Ignorance and prejudice, which had so long reigned supreme in England in all matters concerning true religion and true art, were fast giving way before the researches of conscientious science, and as a result we see two great movements marking the first quarter of the present century—the Tractarian movement and the Gothic revival; the one religious, the other artistic. Of the first it does not enter into our plan to speak here, though it would no doubt afford a highly interesting study to trace out the mutual influence these two movements have exercised on one another; for it is impossible not to perceive that, on the one hand, the inquiry into the principles and form of ancient art led naturally on to an inquiry into the ancient formularies and practices of the faith which had inspired that art; and that, on the other hand, the revival of the long-forgotten ritual of the old faith led directly to the restoration and refurnishing of those temples that were so intimately connected with it. Before entering on the life of Pugin, which constitutes the culminating point in the great artistic revival we are attempting to sketch, we cannot do better than quote the opening words of the chapter in which Sir C. Eastlake traces his career, as it clearly proves the importance he attaches to the labors of this great man:
“However much we may be indebted to those ancient supporters of pointed architecture who, faithfully adhering to its traditions at a period when the style fell into general disuse, strove earnestly, in some instances ably, to preserve its character; whatever value in the cause we may attach to the crude and isolated examples of Gothic work which belong to the eighteenth century, or to the efforts of such men as Nash and Wyat, there can be but little doubt that the revival of mediæval design received its chief impulse from the energy and talents of one architect whose name marks an epoch in the history of British art, which while art exists at all can never be forgotten.”[[106]]
Augustus Welby Pugin, the architect to whom these words apply, was born in London on March 1, 1812. We have already spoken of his father, and of the important place his illustrated works occupy in the history we are tracing; he was a French refugee and a Protestant, and his son was brought up a Protestant. Although the elder Pugin had little professional practice, he seems to have attained to a position of ease by the sale of his works and the instruction of pupils. His son was educated at Christ’s Hospital, on leaving which he entered his father’s office, having from his earliest years shown a great taste for drawing. He soon mastered the first elements of his profession and became of much use to his father, already showing that earnestness in all he undertook that was so characteristic of him in later years. His taste for mediæval art received a fresh impulse from a professional tour he made in 1827 with his father through Normandy, which gave him the opportunity of studying the beauty of Gothic ornament in some of its most splendid productions.

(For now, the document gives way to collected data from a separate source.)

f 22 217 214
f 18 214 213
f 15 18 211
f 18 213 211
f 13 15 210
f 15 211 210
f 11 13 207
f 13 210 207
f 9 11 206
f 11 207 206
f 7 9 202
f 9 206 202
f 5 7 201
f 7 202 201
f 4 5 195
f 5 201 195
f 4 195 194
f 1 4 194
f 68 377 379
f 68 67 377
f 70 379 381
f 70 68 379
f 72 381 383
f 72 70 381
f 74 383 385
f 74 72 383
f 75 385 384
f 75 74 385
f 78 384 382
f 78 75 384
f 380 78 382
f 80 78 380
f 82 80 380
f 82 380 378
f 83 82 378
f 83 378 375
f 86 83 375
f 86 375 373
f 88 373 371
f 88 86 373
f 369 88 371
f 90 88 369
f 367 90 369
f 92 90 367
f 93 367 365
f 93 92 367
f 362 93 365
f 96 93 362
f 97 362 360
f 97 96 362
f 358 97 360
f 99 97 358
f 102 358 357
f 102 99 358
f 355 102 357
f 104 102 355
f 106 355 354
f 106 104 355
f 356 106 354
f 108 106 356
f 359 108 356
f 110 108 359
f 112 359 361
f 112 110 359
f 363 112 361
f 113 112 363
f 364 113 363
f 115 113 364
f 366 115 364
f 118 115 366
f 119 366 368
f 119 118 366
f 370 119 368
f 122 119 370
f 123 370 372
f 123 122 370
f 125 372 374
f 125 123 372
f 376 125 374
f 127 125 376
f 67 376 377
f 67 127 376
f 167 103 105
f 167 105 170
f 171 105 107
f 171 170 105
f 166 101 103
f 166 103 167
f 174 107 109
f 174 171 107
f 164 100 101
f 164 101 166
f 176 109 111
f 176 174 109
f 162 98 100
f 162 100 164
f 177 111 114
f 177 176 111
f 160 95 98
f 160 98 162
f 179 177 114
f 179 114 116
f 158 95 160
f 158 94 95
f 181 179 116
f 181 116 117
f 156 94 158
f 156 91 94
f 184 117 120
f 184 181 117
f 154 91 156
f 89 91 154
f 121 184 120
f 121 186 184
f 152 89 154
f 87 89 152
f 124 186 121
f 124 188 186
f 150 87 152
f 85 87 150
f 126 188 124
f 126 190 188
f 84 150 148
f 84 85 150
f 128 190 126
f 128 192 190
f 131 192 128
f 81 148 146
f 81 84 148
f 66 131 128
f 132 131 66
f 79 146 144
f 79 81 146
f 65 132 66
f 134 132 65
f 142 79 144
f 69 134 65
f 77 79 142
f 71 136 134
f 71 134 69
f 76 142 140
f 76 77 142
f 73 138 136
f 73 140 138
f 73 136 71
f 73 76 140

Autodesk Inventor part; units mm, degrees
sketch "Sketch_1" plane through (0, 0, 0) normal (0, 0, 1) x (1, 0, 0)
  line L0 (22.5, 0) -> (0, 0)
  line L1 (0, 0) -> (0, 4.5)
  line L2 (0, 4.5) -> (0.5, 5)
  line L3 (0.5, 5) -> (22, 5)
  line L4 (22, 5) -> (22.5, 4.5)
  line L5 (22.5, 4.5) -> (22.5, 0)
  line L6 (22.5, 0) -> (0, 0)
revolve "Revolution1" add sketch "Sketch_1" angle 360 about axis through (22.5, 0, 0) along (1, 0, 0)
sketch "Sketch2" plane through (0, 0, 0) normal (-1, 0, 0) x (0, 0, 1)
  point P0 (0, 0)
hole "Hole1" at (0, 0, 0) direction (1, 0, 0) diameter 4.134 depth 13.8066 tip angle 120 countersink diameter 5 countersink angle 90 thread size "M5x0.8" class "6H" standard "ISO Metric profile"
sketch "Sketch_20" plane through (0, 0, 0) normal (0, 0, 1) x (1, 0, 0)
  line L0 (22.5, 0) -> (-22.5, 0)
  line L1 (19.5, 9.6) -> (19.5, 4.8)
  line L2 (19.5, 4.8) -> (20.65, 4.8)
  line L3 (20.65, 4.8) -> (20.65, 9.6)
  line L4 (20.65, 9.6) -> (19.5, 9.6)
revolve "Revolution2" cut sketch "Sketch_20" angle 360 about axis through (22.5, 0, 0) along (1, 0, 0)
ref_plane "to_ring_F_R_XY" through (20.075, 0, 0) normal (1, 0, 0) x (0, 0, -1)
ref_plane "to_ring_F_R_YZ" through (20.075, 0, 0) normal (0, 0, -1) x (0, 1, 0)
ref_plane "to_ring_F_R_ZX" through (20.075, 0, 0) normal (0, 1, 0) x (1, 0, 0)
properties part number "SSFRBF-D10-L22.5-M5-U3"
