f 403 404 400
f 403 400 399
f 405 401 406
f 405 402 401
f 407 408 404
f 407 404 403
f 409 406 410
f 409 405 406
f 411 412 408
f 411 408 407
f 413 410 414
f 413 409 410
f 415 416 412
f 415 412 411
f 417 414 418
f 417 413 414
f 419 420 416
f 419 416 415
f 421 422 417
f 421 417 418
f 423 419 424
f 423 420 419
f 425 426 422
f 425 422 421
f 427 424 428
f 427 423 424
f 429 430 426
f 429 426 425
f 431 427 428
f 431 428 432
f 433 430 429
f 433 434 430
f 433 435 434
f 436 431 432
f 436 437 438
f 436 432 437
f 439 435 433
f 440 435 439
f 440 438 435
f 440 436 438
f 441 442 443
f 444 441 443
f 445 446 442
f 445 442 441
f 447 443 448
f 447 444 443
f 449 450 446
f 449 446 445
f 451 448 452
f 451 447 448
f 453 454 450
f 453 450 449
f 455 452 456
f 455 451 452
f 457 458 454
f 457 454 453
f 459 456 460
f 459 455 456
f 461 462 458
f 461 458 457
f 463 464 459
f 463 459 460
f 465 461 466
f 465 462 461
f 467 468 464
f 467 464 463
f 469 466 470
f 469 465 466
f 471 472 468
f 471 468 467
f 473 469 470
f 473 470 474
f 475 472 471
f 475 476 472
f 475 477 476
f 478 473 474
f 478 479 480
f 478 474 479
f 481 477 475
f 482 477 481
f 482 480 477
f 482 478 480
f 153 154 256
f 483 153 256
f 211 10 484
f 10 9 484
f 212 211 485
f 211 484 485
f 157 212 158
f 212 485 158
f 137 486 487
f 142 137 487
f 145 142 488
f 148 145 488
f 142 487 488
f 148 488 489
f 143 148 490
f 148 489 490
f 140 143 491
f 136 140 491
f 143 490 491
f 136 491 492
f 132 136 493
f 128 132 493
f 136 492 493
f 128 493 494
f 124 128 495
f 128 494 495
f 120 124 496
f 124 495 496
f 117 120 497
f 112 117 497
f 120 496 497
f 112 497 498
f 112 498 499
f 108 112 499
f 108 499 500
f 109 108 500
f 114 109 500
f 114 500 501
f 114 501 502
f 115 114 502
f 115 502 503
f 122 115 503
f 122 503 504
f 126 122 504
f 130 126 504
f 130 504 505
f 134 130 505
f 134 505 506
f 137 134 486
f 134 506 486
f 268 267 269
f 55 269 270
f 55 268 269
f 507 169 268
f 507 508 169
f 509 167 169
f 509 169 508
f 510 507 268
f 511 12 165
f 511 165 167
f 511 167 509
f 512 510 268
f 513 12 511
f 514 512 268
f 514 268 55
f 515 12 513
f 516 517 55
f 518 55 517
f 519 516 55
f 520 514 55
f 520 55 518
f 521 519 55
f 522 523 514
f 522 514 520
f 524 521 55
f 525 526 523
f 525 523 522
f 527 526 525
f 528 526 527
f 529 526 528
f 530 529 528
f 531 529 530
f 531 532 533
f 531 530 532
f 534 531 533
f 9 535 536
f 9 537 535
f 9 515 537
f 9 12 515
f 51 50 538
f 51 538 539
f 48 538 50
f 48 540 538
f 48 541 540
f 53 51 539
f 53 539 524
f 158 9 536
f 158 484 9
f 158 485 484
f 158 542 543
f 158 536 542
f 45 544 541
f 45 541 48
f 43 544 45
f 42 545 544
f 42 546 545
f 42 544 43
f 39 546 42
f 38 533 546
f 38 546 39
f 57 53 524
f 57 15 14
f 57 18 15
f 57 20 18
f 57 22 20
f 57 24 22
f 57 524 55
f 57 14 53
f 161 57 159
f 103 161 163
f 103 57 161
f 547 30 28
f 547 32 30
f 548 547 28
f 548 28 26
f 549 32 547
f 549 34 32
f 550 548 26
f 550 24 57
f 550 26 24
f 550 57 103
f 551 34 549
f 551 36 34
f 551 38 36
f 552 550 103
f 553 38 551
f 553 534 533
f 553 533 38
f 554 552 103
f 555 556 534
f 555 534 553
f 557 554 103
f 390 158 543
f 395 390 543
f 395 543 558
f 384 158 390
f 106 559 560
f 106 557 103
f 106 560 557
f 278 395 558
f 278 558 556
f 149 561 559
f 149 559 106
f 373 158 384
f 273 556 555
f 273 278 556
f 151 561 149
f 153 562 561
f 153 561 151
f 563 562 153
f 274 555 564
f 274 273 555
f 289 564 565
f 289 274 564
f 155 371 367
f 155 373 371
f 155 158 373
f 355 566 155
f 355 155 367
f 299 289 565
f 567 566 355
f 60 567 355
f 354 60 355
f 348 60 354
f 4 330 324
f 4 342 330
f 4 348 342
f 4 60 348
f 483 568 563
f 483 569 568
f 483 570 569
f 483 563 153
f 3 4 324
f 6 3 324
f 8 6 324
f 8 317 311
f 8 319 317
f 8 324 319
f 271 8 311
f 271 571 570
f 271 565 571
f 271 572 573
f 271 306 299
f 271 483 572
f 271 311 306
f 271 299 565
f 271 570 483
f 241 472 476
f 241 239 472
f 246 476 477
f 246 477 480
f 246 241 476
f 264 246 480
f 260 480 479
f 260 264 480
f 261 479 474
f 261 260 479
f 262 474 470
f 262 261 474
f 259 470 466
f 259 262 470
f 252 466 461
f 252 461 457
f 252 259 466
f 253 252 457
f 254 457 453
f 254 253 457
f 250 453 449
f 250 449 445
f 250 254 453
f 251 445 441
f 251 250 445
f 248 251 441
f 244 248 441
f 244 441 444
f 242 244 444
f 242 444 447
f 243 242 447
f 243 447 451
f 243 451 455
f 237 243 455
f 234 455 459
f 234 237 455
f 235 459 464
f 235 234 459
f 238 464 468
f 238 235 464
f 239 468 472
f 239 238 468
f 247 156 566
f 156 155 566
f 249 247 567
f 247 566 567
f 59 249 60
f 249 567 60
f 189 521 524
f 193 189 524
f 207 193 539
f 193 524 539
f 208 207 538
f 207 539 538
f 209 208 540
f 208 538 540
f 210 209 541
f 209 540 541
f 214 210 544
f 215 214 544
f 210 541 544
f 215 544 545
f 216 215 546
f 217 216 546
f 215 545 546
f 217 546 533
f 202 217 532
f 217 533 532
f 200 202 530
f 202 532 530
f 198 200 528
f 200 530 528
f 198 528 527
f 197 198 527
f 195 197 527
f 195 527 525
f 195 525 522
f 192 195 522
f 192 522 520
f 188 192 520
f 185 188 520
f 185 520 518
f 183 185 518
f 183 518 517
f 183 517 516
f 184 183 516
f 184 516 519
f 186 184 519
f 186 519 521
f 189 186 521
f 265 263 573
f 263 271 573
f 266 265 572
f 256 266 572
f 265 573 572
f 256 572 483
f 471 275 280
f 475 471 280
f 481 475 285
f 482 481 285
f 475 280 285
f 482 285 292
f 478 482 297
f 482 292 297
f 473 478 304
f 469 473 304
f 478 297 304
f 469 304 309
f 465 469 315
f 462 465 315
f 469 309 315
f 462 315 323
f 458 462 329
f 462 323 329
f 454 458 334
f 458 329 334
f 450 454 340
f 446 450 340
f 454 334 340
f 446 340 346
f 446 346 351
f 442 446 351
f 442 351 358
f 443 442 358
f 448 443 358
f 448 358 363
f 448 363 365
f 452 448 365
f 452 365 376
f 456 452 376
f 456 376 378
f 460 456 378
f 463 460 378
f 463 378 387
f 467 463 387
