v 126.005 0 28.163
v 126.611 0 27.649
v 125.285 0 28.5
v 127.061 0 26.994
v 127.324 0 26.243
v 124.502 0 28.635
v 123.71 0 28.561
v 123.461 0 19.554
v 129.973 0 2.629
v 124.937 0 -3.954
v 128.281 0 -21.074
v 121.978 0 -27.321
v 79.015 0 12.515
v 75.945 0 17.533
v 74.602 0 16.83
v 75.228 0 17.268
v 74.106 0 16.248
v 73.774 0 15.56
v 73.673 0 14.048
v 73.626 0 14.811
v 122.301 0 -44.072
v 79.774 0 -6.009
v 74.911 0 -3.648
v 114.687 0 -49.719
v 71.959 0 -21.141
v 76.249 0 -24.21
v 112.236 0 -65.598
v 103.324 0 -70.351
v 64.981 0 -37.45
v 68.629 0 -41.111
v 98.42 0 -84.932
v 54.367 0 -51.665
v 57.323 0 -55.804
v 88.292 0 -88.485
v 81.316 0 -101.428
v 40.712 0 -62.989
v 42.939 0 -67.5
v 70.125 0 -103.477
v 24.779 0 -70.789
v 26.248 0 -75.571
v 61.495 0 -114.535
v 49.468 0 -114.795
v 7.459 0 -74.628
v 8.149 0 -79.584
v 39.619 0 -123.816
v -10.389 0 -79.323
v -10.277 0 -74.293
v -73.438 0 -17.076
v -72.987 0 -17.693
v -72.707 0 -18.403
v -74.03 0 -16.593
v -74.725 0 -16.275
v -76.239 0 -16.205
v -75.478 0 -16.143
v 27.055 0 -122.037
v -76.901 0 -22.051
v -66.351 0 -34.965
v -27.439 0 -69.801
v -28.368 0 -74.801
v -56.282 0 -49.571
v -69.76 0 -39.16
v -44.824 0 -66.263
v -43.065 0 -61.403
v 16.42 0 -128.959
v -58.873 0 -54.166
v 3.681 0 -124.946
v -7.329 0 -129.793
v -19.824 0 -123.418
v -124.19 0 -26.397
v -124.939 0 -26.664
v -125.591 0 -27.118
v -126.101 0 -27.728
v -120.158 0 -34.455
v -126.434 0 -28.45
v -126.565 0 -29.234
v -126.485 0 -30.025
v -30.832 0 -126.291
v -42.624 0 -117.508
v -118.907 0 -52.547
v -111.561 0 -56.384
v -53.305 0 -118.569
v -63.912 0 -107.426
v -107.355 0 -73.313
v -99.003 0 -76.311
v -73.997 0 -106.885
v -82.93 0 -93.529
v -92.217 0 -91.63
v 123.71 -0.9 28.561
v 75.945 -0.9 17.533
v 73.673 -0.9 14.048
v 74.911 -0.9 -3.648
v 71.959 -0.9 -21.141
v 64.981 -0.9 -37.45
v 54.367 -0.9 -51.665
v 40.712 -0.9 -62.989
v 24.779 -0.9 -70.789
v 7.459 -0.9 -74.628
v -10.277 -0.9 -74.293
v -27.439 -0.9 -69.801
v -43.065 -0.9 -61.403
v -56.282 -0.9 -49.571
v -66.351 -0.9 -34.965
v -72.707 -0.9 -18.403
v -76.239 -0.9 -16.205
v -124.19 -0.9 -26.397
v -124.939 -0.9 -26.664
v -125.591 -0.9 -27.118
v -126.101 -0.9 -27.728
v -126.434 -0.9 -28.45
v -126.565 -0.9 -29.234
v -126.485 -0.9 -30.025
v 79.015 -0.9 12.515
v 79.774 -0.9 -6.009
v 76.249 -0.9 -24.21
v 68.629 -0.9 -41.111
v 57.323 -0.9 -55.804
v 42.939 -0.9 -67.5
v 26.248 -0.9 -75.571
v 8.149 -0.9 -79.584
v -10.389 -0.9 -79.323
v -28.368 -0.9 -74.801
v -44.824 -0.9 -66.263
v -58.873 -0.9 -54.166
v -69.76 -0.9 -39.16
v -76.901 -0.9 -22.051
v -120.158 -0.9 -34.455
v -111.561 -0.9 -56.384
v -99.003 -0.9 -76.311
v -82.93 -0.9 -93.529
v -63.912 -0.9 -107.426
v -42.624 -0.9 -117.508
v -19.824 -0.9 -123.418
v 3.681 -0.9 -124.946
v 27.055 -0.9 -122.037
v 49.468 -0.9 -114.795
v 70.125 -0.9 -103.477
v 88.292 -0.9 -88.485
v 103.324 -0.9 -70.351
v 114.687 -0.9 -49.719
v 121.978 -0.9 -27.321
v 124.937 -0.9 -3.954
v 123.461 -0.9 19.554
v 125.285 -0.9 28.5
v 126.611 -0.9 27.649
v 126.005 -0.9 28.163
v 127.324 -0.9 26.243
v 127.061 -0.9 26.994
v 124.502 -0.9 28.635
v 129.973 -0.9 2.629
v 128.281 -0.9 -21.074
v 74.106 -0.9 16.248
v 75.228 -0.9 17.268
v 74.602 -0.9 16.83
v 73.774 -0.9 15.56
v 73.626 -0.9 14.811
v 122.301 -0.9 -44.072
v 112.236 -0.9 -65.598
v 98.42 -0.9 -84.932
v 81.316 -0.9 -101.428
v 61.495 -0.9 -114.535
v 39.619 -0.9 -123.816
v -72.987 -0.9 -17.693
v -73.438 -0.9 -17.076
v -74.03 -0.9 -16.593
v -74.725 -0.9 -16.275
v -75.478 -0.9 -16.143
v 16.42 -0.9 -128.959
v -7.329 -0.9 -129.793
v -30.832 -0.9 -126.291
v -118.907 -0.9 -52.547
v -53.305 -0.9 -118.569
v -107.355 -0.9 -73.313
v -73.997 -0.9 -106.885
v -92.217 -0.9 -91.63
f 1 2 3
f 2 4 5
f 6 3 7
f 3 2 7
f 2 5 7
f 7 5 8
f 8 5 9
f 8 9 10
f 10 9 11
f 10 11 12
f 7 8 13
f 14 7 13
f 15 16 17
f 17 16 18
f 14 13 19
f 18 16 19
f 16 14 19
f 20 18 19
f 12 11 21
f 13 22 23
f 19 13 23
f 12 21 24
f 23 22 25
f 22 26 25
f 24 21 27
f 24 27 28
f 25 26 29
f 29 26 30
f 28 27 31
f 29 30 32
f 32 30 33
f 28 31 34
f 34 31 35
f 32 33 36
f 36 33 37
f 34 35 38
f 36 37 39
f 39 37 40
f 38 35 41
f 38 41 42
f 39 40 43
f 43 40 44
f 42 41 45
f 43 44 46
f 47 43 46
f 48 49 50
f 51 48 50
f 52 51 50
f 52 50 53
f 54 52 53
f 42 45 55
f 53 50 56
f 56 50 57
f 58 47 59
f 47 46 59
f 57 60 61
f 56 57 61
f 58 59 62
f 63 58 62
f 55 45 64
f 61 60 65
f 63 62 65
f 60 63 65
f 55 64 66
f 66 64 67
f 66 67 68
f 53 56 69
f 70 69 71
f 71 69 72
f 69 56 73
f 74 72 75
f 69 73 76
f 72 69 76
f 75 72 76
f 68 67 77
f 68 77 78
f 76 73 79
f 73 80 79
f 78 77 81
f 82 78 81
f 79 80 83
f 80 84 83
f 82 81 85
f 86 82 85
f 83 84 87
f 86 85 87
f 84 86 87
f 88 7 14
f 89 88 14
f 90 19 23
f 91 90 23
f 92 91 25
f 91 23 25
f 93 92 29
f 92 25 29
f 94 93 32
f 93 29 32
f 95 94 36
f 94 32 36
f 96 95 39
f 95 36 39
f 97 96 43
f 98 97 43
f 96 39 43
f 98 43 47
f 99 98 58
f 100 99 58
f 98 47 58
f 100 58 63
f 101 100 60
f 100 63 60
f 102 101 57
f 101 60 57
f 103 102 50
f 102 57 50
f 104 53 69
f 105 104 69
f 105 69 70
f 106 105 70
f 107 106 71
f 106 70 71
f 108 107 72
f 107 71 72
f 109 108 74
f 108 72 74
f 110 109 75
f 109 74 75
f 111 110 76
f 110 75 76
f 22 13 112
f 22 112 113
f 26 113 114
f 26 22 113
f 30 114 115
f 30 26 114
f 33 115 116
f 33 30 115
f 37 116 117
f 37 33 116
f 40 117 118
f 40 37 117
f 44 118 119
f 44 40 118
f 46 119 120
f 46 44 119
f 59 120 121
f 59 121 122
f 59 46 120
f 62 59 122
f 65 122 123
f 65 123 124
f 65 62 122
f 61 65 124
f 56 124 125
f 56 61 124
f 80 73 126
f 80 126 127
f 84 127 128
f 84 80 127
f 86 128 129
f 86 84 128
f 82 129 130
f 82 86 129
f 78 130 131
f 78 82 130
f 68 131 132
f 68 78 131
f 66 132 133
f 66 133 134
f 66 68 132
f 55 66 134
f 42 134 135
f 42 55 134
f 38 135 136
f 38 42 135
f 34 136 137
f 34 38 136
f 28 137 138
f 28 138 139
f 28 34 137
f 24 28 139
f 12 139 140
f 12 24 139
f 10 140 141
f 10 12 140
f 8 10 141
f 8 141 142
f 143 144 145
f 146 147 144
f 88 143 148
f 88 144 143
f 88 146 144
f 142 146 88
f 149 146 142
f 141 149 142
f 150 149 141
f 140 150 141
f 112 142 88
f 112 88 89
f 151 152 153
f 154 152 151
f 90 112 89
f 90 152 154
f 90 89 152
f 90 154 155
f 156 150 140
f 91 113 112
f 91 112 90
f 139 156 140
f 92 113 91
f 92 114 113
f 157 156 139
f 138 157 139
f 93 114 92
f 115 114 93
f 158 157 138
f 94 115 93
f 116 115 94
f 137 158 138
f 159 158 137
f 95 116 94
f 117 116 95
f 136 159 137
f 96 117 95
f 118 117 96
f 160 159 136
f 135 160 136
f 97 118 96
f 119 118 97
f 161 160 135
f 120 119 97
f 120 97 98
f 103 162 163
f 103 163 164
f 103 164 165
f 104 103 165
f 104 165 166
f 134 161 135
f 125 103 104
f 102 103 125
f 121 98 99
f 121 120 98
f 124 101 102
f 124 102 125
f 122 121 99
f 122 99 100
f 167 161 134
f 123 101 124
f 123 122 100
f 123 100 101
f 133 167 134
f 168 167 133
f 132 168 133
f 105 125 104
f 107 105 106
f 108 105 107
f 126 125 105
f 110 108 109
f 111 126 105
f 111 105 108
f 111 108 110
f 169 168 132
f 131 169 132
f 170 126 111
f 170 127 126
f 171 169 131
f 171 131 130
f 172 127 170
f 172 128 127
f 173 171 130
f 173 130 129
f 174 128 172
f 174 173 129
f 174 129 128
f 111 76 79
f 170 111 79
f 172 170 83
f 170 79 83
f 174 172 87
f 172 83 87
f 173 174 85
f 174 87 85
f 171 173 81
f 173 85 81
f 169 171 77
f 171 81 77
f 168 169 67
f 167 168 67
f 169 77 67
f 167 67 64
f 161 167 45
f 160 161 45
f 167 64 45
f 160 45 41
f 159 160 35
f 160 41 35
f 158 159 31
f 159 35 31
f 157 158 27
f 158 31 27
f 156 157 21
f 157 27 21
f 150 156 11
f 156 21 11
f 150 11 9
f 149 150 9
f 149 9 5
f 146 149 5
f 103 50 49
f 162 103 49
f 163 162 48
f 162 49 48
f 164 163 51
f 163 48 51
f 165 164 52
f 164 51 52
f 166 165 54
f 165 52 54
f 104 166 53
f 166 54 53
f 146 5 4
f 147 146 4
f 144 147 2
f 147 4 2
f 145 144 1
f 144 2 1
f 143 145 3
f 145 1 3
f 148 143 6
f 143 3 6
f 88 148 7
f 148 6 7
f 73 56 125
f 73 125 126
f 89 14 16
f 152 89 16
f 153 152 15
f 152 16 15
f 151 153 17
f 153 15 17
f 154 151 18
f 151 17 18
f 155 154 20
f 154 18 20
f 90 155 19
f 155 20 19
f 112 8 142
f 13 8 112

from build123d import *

# Parameters (mm, degrees)
BASE_FLANGE1_DEPTH = 0.9


# Sheet-metal steps are written as plain solids
with BuildPart() as part:
    # Sketch1 → Base-Flange1 (new body)
    with BuildSketch(Plane(origin=(0, 0, 0), x_dir=(1, 0, 0), z_dir=(0, 1, 0))):
        with BuildLine():
            Line((-76.23906038, 16.205112539), (-124.190081684, 26.397416756))
            ThreePointArc((-124.190081684, 26.397416756), (-126.101482372, 27.727775186), (-126.485236689, 30.024738131))
            ThreePointArc((-126.485236689, 30.024738131), (28.137149812, 126.918480926), (127.323557594, -26.243316894))
            ThreePointArc((127.323557594, -26.243316894), (126.005019582, -28.162890715), (123.710468487, -28.560812083))
            Line((123.710468487, -28.560812083), (75.944630591, -17.53319949))
            ThreePointArc((75.944630591, -17.53319949), (74.106388046, -16.248487893), (73.672580533, -14.048162785))
            ThreePointArc((73.672580533, -14.048162785), (16.232971045, 73.222200534), (-72.707043565, 18.403418598))
            ThreePointArc((-72.707043565, 18.403418598), (-74.030104265, 16.592581795), (-76.23906038, 16.205112539))
        make_face()
        with BuildLine():
            Line((-76.900935675, 22.050988465), (-120.157711992, 34.454669477))
            ThreePointArc((-120.157711992, 34.454669477), (27.054951742, 122.03700089), (123.461042574, -19.55430813))
            Line((123.461042574, -19.55430813), (79.015067248, -12.514757203))
            ThreePointArc((79.015067248, -12.514757203), (17.315169115, 78.10368057), (-76.900935675, 22.050988465))
        make_face(mode=Mode.SUBTRACT)
    extrude(amount=-BASE_FLANGE1_DEPTH)


solid = part.part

While still a mere youth his cleverness in designing attracted attention, and he received a commission from the royal upholsterers to prepare designs for the new furniture for Windsor Castle, which it was determined should partake of the character of the building. The drawings he gave were probably better than what most architects of the day could have produced, yet in the writings of his after-years he always frankly pointed out their faults.
A love of variety and a strong taste for roving interrupted for a short period his architectural studies. He devoted for a time his energies to scene-painting, and with much success when the subjects were of a mediæval character. Next we find him carried away by an extraordinary passion for the sea, and he actually for a certain period commanded a merchant schooner trading between England and Holland. Having been wrecked, however, on the Scotch coast, his seafaring ardor was somewhat cooled, and he returned to the labors of his original profession.
His talents were soon rewarded by increasing practice, many architects being glad to avail themselves of his wonderful, one might almost say innate, knowledge of Gothic ornament.